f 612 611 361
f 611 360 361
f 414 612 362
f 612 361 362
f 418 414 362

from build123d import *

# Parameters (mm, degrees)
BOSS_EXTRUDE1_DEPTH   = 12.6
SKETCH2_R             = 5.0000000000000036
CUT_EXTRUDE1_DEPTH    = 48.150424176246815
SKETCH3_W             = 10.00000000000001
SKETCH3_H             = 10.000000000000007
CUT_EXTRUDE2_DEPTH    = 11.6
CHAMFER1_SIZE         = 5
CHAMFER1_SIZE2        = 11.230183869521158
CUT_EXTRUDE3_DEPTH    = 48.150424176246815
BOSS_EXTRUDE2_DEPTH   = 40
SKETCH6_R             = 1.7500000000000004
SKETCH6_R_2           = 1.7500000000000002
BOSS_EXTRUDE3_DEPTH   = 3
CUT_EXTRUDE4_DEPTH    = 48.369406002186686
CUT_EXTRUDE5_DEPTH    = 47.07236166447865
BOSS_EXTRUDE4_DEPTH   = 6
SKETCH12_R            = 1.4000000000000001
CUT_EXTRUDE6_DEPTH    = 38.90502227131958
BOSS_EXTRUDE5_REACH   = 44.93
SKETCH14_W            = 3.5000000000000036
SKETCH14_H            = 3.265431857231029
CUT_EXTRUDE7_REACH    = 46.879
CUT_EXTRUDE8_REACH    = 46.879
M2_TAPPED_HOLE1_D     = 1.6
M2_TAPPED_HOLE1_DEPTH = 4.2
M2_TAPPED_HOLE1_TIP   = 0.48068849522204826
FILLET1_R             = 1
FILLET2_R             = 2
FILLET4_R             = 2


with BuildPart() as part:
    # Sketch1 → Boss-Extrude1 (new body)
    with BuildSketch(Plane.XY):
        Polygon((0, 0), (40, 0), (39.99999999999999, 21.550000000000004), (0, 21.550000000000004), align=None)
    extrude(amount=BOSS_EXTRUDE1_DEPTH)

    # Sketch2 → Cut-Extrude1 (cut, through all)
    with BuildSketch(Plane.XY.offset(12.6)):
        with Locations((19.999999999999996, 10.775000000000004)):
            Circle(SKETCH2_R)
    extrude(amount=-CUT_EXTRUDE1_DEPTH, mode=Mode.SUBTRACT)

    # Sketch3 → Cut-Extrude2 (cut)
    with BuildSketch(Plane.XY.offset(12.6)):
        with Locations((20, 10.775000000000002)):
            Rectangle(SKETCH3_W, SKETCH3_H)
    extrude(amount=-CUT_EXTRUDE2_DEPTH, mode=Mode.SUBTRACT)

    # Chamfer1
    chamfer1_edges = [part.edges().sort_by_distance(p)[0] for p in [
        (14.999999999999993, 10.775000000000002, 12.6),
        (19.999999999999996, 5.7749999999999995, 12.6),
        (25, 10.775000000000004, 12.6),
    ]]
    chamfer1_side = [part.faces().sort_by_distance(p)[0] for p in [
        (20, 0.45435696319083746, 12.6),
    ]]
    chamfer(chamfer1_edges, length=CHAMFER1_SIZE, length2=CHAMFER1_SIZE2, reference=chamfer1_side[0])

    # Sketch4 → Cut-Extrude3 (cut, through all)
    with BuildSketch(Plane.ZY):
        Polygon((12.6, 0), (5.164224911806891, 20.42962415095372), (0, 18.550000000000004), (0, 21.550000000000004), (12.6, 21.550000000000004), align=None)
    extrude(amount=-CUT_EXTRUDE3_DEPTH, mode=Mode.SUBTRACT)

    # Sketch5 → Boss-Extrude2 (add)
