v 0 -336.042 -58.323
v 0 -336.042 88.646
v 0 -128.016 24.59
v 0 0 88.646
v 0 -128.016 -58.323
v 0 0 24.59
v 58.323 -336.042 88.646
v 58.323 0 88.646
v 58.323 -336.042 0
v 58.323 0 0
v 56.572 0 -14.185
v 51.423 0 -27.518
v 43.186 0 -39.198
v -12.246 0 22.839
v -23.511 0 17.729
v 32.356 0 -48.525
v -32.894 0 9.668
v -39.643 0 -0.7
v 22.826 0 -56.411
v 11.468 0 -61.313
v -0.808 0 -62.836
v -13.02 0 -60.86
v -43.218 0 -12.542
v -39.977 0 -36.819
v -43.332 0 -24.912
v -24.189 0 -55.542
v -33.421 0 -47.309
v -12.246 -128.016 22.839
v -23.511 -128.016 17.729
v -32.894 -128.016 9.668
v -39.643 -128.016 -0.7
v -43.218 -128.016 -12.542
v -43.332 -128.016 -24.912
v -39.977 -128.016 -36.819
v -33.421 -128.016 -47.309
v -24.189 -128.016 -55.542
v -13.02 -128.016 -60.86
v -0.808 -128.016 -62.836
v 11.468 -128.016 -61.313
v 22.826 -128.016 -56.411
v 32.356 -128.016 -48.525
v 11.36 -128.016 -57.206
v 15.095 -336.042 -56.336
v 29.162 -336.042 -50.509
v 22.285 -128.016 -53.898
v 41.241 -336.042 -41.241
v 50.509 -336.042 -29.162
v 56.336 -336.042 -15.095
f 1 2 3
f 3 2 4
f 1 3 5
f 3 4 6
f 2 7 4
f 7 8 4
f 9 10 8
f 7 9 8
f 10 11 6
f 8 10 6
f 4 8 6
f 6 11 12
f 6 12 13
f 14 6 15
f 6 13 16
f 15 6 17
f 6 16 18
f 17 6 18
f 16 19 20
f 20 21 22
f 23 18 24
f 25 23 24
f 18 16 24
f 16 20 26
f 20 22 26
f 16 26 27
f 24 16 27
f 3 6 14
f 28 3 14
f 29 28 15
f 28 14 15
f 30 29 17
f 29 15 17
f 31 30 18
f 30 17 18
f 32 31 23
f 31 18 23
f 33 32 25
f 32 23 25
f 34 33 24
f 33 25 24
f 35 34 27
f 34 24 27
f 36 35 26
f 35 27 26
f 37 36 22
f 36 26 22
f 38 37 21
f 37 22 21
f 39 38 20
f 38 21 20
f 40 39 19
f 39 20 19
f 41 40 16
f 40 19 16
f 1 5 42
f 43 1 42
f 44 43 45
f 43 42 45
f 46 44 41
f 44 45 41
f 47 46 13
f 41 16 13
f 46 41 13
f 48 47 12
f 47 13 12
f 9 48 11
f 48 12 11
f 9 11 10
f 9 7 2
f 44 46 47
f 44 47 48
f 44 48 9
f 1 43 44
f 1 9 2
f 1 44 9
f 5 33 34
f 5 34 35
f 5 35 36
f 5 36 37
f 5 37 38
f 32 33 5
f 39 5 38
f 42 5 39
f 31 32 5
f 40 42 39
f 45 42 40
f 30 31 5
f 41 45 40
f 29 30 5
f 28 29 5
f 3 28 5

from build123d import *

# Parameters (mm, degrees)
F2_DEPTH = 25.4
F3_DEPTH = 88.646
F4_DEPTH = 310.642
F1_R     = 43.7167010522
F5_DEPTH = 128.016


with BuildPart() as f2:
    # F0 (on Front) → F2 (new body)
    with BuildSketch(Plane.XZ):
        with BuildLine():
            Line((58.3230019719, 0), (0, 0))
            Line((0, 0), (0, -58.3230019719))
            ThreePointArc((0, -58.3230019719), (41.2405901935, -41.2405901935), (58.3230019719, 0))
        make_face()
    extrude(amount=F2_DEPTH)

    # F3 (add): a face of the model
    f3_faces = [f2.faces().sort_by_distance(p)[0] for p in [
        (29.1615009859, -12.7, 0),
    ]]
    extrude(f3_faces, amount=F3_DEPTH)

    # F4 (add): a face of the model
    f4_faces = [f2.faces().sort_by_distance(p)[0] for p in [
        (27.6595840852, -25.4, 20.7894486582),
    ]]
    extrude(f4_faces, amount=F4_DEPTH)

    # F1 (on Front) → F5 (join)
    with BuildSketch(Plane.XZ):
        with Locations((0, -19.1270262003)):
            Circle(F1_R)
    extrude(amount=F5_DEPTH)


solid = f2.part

——————————

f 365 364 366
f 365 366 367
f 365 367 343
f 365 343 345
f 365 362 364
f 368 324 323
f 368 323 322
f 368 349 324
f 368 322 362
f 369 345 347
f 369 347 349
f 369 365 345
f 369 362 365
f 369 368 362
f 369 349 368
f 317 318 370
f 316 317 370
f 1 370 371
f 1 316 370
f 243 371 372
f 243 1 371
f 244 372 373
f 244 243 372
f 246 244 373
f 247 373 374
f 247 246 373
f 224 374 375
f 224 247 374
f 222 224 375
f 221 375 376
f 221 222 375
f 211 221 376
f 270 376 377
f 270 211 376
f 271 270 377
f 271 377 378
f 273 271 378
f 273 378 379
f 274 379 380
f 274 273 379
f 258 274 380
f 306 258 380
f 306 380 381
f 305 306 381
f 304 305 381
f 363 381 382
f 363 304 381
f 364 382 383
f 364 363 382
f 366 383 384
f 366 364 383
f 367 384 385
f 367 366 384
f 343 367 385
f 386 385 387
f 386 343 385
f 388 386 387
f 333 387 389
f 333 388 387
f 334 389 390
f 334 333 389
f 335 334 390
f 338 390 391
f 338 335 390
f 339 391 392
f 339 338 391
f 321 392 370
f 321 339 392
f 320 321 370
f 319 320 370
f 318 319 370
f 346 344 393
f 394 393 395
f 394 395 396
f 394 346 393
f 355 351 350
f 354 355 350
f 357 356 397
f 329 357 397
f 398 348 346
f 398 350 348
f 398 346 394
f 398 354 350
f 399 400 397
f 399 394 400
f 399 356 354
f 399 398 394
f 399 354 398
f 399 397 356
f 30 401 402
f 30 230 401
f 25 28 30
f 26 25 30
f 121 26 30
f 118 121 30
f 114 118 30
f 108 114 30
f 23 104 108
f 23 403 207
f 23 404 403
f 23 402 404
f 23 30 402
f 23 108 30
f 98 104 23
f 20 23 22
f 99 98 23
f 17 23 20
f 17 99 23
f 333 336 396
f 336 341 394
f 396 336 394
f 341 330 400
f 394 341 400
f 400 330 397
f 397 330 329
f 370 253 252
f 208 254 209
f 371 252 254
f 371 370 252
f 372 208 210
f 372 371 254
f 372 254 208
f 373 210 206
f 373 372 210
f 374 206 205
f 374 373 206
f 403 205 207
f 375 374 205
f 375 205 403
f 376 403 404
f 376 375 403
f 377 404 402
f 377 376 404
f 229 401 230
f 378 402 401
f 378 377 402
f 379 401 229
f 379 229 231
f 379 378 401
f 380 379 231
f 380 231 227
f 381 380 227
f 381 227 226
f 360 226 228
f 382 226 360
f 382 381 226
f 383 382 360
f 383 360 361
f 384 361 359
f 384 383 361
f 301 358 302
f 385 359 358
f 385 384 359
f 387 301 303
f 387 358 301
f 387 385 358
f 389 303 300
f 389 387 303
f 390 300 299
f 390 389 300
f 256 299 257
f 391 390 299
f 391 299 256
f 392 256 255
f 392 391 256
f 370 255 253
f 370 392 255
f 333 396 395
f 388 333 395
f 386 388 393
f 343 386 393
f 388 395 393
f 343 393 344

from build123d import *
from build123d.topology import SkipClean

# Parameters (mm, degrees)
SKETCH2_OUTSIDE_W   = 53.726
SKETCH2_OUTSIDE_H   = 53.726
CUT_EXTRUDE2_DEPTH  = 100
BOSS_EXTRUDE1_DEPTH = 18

——————————

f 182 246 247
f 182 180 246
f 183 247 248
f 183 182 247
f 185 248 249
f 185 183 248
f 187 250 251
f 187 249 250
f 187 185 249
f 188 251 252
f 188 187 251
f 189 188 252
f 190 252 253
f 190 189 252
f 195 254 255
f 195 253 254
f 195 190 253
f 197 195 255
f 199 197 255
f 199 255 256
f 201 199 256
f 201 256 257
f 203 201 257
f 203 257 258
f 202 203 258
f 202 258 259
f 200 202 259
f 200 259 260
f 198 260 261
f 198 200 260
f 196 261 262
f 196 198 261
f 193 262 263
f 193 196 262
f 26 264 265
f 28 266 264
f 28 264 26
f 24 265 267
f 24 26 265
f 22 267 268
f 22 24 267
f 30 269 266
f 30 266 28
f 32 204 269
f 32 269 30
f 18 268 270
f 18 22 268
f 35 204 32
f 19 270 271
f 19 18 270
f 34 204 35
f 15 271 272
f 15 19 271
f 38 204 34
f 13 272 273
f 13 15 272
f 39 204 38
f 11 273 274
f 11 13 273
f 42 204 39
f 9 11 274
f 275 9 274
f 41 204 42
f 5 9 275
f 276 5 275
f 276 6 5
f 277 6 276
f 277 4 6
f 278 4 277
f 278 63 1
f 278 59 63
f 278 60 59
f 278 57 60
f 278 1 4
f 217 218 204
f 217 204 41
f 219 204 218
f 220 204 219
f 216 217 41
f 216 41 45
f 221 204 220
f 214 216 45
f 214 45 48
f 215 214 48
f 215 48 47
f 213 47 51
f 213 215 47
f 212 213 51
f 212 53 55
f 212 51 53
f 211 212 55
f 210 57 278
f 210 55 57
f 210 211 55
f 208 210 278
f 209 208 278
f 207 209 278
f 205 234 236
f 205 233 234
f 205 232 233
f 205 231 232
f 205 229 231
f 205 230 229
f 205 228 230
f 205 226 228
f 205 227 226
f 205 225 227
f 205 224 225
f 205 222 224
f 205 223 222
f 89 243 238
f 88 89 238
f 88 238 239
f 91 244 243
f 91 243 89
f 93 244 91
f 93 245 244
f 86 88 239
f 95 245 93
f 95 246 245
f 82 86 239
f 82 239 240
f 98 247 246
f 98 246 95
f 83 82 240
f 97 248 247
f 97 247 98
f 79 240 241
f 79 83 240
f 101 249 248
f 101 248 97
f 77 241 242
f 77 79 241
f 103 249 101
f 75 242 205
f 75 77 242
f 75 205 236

——————————

### The task:
Could you write out, exactly as they stand, only the lines above that begin at the line with "f 612 611 361" and stop after the line with "M2_TAPPED_HOLE1_DEPTH = 4.2"?

### Response area:
f 612 611 361
f 611 360 361
f 414 612 362
f 612 361 362
f 418 414 362

from build123d import *

# Parameters (mm, degrees)
BOSS_EXTRUDE1_DEPTH   = 12.6
SKETCH2_R             = 5.0000000000000036
CUT_EXTRUDE1_DEPTH    = 48.150424176246815
SKETCH3_W             = 10.00000000000001
SKETCH3_H             = 10.000000000000007
CUT_EXTRUDE2_DEPTH    = 11.6
CHAMFER1_SIZE         = 5
CHAMFER1_SIZE2        = 11.230183869521158
CUT_EXTRUDE3_DEPTH    = 48.150424176246815
BOSS_EXTRUDE2_DEPTH   = 40
SKETCH6_R             = 1.7500000000000004
SKETCH6_R_2           = 1.7500000000000002
BOSS_EXTRUDE3_DEPTH   = 3
CUT_EXTRUDE4_DEPTH    = 48.369406002186686
CUT_EXTRUDE5_DEPTH    = 47.07236166447865
BOSS_EXTRUDE4_DEPTH   = 6
SKETCH12_R            = 1.4000000000000001
CUT_EXTRUDE6_DEPTH    = 38.90502227131958
BOSS_EXTRUDE5_REACH   = 44.93
SKETCH14_W            = 3.5000000000000036
SKETCH14_H            = 3.265431857231029
CUT_EXTRUDE7_REACH    = 46.879
CUT_EXTRUDE8_REACH    = 46.879
M2_TAPPED_HOLE1_D     = 1.6
M2_TAPPED_HOLE1_DEPTH = 4.2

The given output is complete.